Ricordiamo alcune cose insieme. Nel tesoro del Vangelo sono conservate le belle risposte date al Signore che chiamava. Quella di Pietro e di Andrea suo fratello: «Ed essi subito, lasciate le reti, lo seguirono» (Mt 4, 20). Quella del pubblicano Levi: «Ed egli lasciando tutto, si alzò e lo segui» (Lc 5, 28). Quella degli Apostoli: «Signore, da chi andremo? Tu hai parole di vita eterna» (Gv 6, 68). Quella di Saulo: «Che cosa devo fare, Signore?» (At 22, 10). Dai tempi del primo annuncio del Vangelo fino ai nostri tempi un numero grandissimo di uomini e donne hanno dato la loro personale risposta, la loro libera e cosciente risposta a Cristo che chiama. Hanno scelto il sacerdozio, la vita religiosa, la vita missionaria, come scopo e ideale dell'esistenza. Hanno servito il Popolo di Dio e l'umanità, con fede, con intelligenza, con coraggio, con amore. Adesso, è la vostra ora. Tocca a voi rispondere. Avete forse paura?
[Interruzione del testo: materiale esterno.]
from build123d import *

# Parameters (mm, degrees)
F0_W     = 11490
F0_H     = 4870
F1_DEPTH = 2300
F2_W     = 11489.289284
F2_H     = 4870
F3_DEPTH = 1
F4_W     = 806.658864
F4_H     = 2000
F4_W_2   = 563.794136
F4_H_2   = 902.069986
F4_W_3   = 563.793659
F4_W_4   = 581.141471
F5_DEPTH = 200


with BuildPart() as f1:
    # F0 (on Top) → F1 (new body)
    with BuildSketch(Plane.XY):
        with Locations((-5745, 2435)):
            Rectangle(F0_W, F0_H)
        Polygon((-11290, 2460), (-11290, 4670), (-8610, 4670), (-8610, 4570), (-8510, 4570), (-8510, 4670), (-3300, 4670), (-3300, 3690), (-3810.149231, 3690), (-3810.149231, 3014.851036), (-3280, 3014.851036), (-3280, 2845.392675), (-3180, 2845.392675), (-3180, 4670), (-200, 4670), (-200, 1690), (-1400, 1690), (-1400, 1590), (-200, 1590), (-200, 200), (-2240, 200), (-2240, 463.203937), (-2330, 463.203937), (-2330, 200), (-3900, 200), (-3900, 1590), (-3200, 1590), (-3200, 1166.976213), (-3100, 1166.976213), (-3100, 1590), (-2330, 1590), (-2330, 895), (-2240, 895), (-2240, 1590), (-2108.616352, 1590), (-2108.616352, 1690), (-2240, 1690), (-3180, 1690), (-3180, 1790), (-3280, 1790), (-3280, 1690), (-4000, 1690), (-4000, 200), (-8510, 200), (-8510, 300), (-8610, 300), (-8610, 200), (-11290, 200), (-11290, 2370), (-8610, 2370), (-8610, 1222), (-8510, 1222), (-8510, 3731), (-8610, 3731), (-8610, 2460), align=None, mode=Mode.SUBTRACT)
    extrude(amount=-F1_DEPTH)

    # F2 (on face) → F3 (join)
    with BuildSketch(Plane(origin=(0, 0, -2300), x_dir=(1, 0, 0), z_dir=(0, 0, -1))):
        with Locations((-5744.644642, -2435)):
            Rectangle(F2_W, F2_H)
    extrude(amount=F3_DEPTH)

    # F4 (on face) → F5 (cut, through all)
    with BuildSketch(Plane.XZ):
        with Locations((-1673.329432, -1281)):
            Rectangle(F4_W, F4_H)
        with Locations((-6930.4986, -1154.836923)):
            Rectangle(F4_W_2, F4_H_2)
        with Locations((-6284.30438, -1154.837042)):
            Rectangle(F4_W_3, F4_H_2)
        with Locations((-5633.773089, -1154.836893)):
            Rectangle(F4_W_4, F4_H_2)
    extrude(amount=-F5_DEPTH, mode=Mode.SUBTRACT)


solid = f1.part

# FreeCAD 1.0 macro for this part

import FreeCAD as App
import Part
import Sketcher


def add_polygon(sketch, points):
    """Adds a closed chain of lines whose ends are joined by coincident constraints."""
    first, n = sketch.GeometryCount, len(points)
    for a, b in zip(points, points[1:] + points[:1]):
        sketch.addGeometry(Part.LineSegment(App.Vector(*a, 0), App.Vector(*b, 0)), False)
    for i in range(n):
        sketch.addConstraint(Sketcher.Constraint("Coincident", first + i, 2, first + (i + 1) % n, 1))

doc = App.newDocument("Part")
body = doc.addObject("PartDesign::Body", "Body")

# Sketch on XY plane
sketch1 = doc.addObject("Sketcher::SketchObject", "Sketch")
body.addObject(sketch1)
sketch1.AttachmentSupport = (doc.XY_Plane, [""])
sketch1.MapMode = "FlatFace"
add_polygon(sketch1, [(-11490, 4870), (-11490, 0), (0, 0), (0, 4870)])  # lines 0-3
add_polygon(sketch1, [(-8610, 2460), (-11290, 2460), (-11290, 4670), (-8610, 4670), (-8610, 4570), (-8510, 4570), (-8510, 4670), (-3300, 4670), (-3300, 3690), (-3810, 3690), (-3810, 3015), (-3280, 3015), (-3280, 2845), (-3180, 2845), (-3180, 4670), (-200, 4670), (-200, 1690), (-1400, 1690), (-1400, 1590), (-200, 1590), (-200, 200), (-2240, 200), (-2240, 463), (-2330, 463), (-2330, 200), (-3900, 200), (-3900, 1590), (-3200, 1590), (-3200, 1167), (-3100, 1167), (-3100, 1590), (-2330, 1590), (-2330, 895), (-2240, 895), (-2240, 1590), (-2109, 1590), (-2109, 1690), (-3180, 1690), (-3180, 1790), (-3280, 1790), (-3280, 1690), (-4000, 1690), (-4000, 200), (-8510, 200), (-8510, 300), (-8610, 300), (-8610, 200), (-11290, 200), (-11290, 2370), (-8610, 2370), (-8610, 1222), (-8510, 1222), (-8510, 3731), (-8610, 3731)])  # lines 4-57
sketch1.addConstraint([
    Sketcher.Constraint("Vertical", 0),
    Sketcher.Constraint("Horizontal", 1),
    Sketcher.Constraint("Vertical", 2),
    Sketcher.Constraint("Horizontal", 3),
    Sketcher.Constraint("Horizontal", 4),
    Sketcher.Constraint("Vertical", 5),
    Sketcher.Constraint("Horizontal", 6),
    Sketcher.Constraint("Vertical", 7),
    Sketcher.Constraint("Horizontal", 8),
    Sketcher.Constraint("Vertical", 9),
    Sketcher.Constraint("Horizontal", 10),
    Sketcher.Constraint("Vertical", 11),
    Sketcher.Constraint("Horizontal", 12),
    Sketcher.Constraint("Vertical", 13),
    Sketcher.Constraint("Horizontal", 14),
    Sketcher.Constraint("Vertical", 15),
    Sketcher.Constraint("Horizontal", 16),
    Sketcher.Constraint("Vertical", 17),
    Sketcher.Constraint("Horizontal", 18),
    Sketcher.Constraint("Vertical", 19),
    Sketcher.Constraint("Horizontal", 20),
    Sketcher.Constraint("Vertical", 21),
    Sketcher.Constraint("Horizontal", 22),
    Sketcher.Constraint("Vertical", 23),
    Sketcher.Constraint("Horizontal", 24),
    Sketcher.Constraint("Vertical", 25),
    Sketcher.Constraint("Horizontal", 26),
    Sketcher.Constraint("Vertical", 27),
    Sketcher.Constraint("Horizontal", 28),
    Sketcher.Constraint("Vertical", 29),
    Sketcher.Constraint("Horizontal", 30),
    Sketcher.Constraint("Vertical", 31),
    Sketcher.Constraint("Horizontal", 32),
    Sketcher.Constraint("Vertical", 33),
    Sketcher.Constraint("Horizontal", 34),
    Sketcher.Constraint("Vertical", 35),
    Sketcher.Constraint("Horizontal", 36),
    Sketcher.Constraint("Vertical", 37),
    Sketcher.Constraint("Horizontal", 38),
    Sketcher.Constraint("Vertical", 39),
    Sketcher.Constraint("Horizontal", 40),
    Sketcher.Constraint("Vertical", 41),
    Sketcher.Constraint("Horizontal", 42),
    Sketcher.Constraint("Vertical", 43),
    Sketcher.Constraint("Horizontal", 44),
    Sketcher.Constraint("Vertical", 45),
    Sketcher.Constraint("Horizontal", 46),
    Sketcher.Constraint("Vertical", 47),
    Sketcher.Constraint("Horizontal", 48),
    Sketcher.Constraint("Vertical", 49),
    Sketcher.Constraint("Horizontal", 50),
    Sketcher.Constraint("Vertical", 51),
    Sketcher.Constraint("Horizontal", 52),
    Sketcher.Constraint("Vertical", 53),
    Sketcher.Constraint("Horizontal", 54),
    Sketcher.Constraint("Vertical", 55),
    Sketcher.Constraint("Horizontal", 56),
    Sketcher.Constraint("Vertical", 57),
    Sketcher.Constraint("Coincident", 1, 2, -1, 1),
    Sketcher.Constraint("Horizontal", 6, 2, 9, 2),
    Sketcher.Constraint("Horizontal", 10, 2, 17, 2),
    Sketcher.Constraint("Horizontal", 24, 2, 27, 2),
    Sketcher.Constraint("Horizontal", 22, 2, 29, 2),
    Sketcher.Constraint("Horizontal", 30, 2, 33, 2),
    Sketcher.Constraint("Horizontal", 34, 2, 37, 2),
    Sketcher.Constraint("Horizontal", 20, 2, 39, 2),
    Sketcher.Constraint("Horizontal", 40, 2, 43, 2),
    Sketcher.Constraint("Horizontal", 28, 2, 45, 2),
    Sketcher.Constraint("Horizontal", 46, 2, 49, 2),
    Sketcher.Constraint("Vertical", 19, 2, 22, 2),
    Sketcher.Constraint("Vertical", 27, 2, 34, 2),
    Sketcher.Constraint("Vertical", 25, 2, 36, 2),
    Sketcher.Constraint("Vertical", 17, 2, 40, 2),
    Sketcher.Constraint("Vertical", 15, 2, 42, 2),
    Sketcher.Constraint("Vertical", 9, 2, 46, 2),
    Sketcher.Constraint("Vertical", 7, 2, 48, 2),
    Sketcher.Constraint("Vertical", 5, 2, 50, 2),
    Sketcher.Constraint("Vertical", 49, 2, 52, 2),
    Sketcher.Constraint("Vertical", 47, 2, 54, 2),
    Sketcher.Constraint("Vertical", 53, 2, 56, 2),
    Sketcher.Constraint("Equal", 8, 16),
    Sketcher.Constraint("Equal", 16, 32),
    Sketcher.Constraint("Equal", 56, 7),
    Sketcher.Constraint("Equal", 18, 19),
    Sketcher.Constraint("Equal", 9, 21),
    Sketcher.Constraint("Equal", 39, 41),
    Sketcher.Constraint("Equal", 43, 47),
    Sketcher.Constraint("DistanceX", 1, 1, 1, 2, 11490.0),
    Sketcher.Constraint("DistanceX", 4, 2, 4, 1, 2680.0),
    Sketcher.Constraint("DistanceX", 8, 1, 8, 2, 100.0),
    Sketcher.Constraint("DistanceX", 10, 1, 10, 2, 5210.0),
    Sketcher.Constraint("DistanceX", 18, 1, 18, 2, 2980.0),
    Sketcher.Constraint("DistanceX", 20, 2, 20, 1, 1200.0),
    Sketcher.Constraint("DistanceX", 24, 2, 24, 1, 2040.0),
    Sketcher.Constraint("DistanceX", 26, 2, 26, 1, 90.0),
    Sketcher.Constraint("DistanceX", 28, 2, 28, 1, 1570.0),
    Sketcher.Constraint("DistanceX", 30, 1, 30, 2, 700.0),
    Sketcher.Constraint("DistanceX", 44, 2, 44, 1, 720.0),
    Sketcher.Constraint("DistanceX", 46, 2, 46, 1, 4510.0),
    Sketcher.Constraint("DistanceY", 0, 2, 0, 1, 4870.0),
    Sketcher.Constraint("DistanceY", 5, 1, 5, 2, 2210.0),
    Sketcher.Constraint("DistanceY", 11, 2, 11, 1, 980.0),
    Sketcher.Constraint("DistanceY", 23, 2, 23, 1, 1390.0),
    Sketcher.Constraint("DistanceY", 35, 2, 35, 1, 695.0),
    Sketcher.Constraint("DistanceY", 51, 1, 51, 2, 2170.0),
    Sketcher.Constraint("DistanceY", 53, 2, 53, 1, 1148.0),
    Sketcher.Constraint("DistanceY", 55, 1, 55, 2, 2509.0),
    Sketcher.Constraint("DistanceX", 4, 2, -1, 1, 11290.0),
    Sketcher.Constraint("DistanceY", -1, 1, 4, 2, 2460.0),
    Sketcher.Constraint("DistanceX", 12, 2, 12, 1, 510.149231),
    Sketcher.Constraint("DistanceX", 38, 1, 38, 2, 131.383648),
    Sketcher.Constraint("DistanceY", 15, 2, 15, 1, 169.458361),
    Sketcher.Constraint("DistanceY", 13, 2, 13, 1, 675.148964),
    Sketcher.Constraint("DistanceY", 25, 1, 25, 2, 263.203937),
    Sketcher.Constraint("DistanceY", 31, 2, 31, 1, 423.023787),
])
pad1 = doc.addObject("PartDesign::Pad", "Pad")
body.addObject(pad1)
pad1.Profile = sketch1
pad1.Length = 2300
pad1.Reversed = True

# Sketch on XY plane
sketch2 = doc.addObject("Sketcher::SketchObject", "Sketch001")
body.addObject(sketch2)
sketch2.AttachmentSupport = (doc.XY_Plane, [""])
sketch2.MapMode = "FlatFace"
sketch2.AttachmentOffset = App.Placement(App.Vector(0, 0, -2300), App.Rotation())
add_polygon(sketch2, [(-11489, 0), (-11489, 4870), (0, 4870), (0, 0)])  # lines 0-3
sketch2.addConstraint([
    Sketcher.Constraint("Vertical", 0),
    Sketcher.Constraint("Horizontal", 1),
    Sketcher.Constraint("Vertical", 2),
    Sketcher.Constraint("Horizontal", 3),
    Sketcher.Constraint("Coincident", 2, 2, -1, 1),
    Sketcher.Constraint("DistanceY", 0, 1, 0, 2, 4870.0),
    Sketcher.Constraint("DistanceX", 1, 1, 1, 2, 11489.289284),
])
pad2 = doc.addObject("PartDesign::Pad", "Pad001")
body.addObject(pad2)
pad2.Profile = sketch2
pad2.Length = 1
pad2.Reversed = True

# Sketch on XZ plane
sketch3 = doc.addObject("Sketcher::SketchObject", "Sketch002")
body.addObject(sketch3)
sketch3.AttachmentSupport = (doc.XZ_Plane, [""])
sketch3.MapMode = "FlatFace"
add_polygon(sketch3, [(-2077, -281), (-2077, -2281), (-1270, -2281), (-1270, -281)])  # lines 0-3
add_polygon(sketch3, [(-7212, -704), (-7212, -1606), (-6649, -1606), (-6649, -704)])  # lines 4-7
add_polygon(sketch3, [(-6566, -704), (-6566, -1606), (-6002, -1606), (-6002, -704)])  # lines 8-11
add_polygon(sketch3, [(-5924, -704), (-5924, -1606), (-5343, -1606), (-5343, -704)])  # lines 12-15
sketch3.addConstraint([
    Sketcher.Constraint("Vertical", 0),
    Sketcher.Constraint("Horizontal", 1),
    Sketcher.Constraint("Vertical", 2),
    Sketcher.Constraint("Horizontal", 3),
    Sketcher.Constraint("Vertical", 4),
    Sketcher.Constraint("Horizontal", 5),
    Sketcher.Constraint("Vertical", 6),
    Sketcher.Constraint("Horizontal", 7),
    Sketcher.Constraint("Vertical", 8),
    Sketcher.Constraint("Horizontal", 9),
    Sketcher.Constraint("Vertical", 10),
    Sketcher.Constraint("Horizontal", 11),
    Sketcher.Constraint("Vertical", 12),
    Sketcher.Constraint("Horizontal", 13),
    Sketcher.Constraint("Vertical", 14),
    Sketcher.Constraint("Horizontal", 15),
    Sketcher.Constraint("Equal", 6, 8),
    Sketcher.Constraint("Equal", 10, 12),
    Sketcher.Constraint("DistanceY", 0, 2, 0, 1, 2000.0),
    Sketcher.Constraint("DistanceY", 0, 2, -1, 1, 2281.0),
    Sketcher.Constraint("DistanceX", 1, 2, -1, 1, 1270.0),
    Sketcher.Constraint("DistanceX", 9, 1, 9, 2, 563.793659),
    Sketcher.Constraint("DistanceX", 13, 1, 13, 2, 581.141471),
    Sketcher.Constraint("DistanceY", 14, 2, -1, 1, 703.8019),
    Sketcher.Constraint("DistanceX", 1, 1, 1, 2, 806.658864),
    Sketcher.Constraint("DistanceX", 5, 1, 5, 2, 563.794136),
    Sketcher.Constraint("DistanceY", 4, 2, 4, 1, 902.069986),
    Sketcher.Constraint("DistanceX", 4, 2, -1, 1, 7212.395668),
    Sketcher.Constraint("DistanceY", 6, 2, -1, 1, 703.80193),
    Sketcher.Constraint("DistanceX", 8, 2, -1, 1, 6566.20121),
    Sketcher.Constraint("DistanceY", 10, 2, -1, 1, 703.802049),
    Sketcher.Constraint("DistanceX", 5, 2, 13, 2, 1305.399178),
])
pocket1 = doc.addObject("PartDesign::Pocket", "Pocket")
body.addObject(pocket1)
pocket1.Profile = sketch3
pocket1.Length = 200

doc.recompute()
Allora ragioniamo insieme, alla luce della fede. La nostra vita è dono di Dio. Dobbiamo farne qualcosa di buono. Ci sono molti modi per spendere bene la vita, impegnandola a servizio di ideali umani e cristiani. Se oggi vi parlo di consacrazione totale a Dio nel sacerdozio, nella vita religiosa, nella vita missionaria, è perché Cristo chiama a questa straordinaria avventura molti fra voi. Egli ha bisogno, vuole avere bisogno delle vostre persone, della vostra intelligenza, delle vostre energie, della vostra fede, del vostro amore, della vostra santità. Se è al sacerdozio che Cristo vi chiama, è perché egli vuole esercitare il suo sacerdozio attraverso la vostra consacrazione e missione sacerdotale. Vuole parlare agli uomini d'oggi con la vostra voce. Consacrare l'Eucaristia e perdonare i peccati per mezzo di voi. Amare con il vostro cuore. Aiutare con le vostre mani. Salvare con le vostre fatiche. Pensateci bene. La risposta che molti di voi possono dare è rivolta personalmente a Cristo, che vi chiama a queste grandi cose.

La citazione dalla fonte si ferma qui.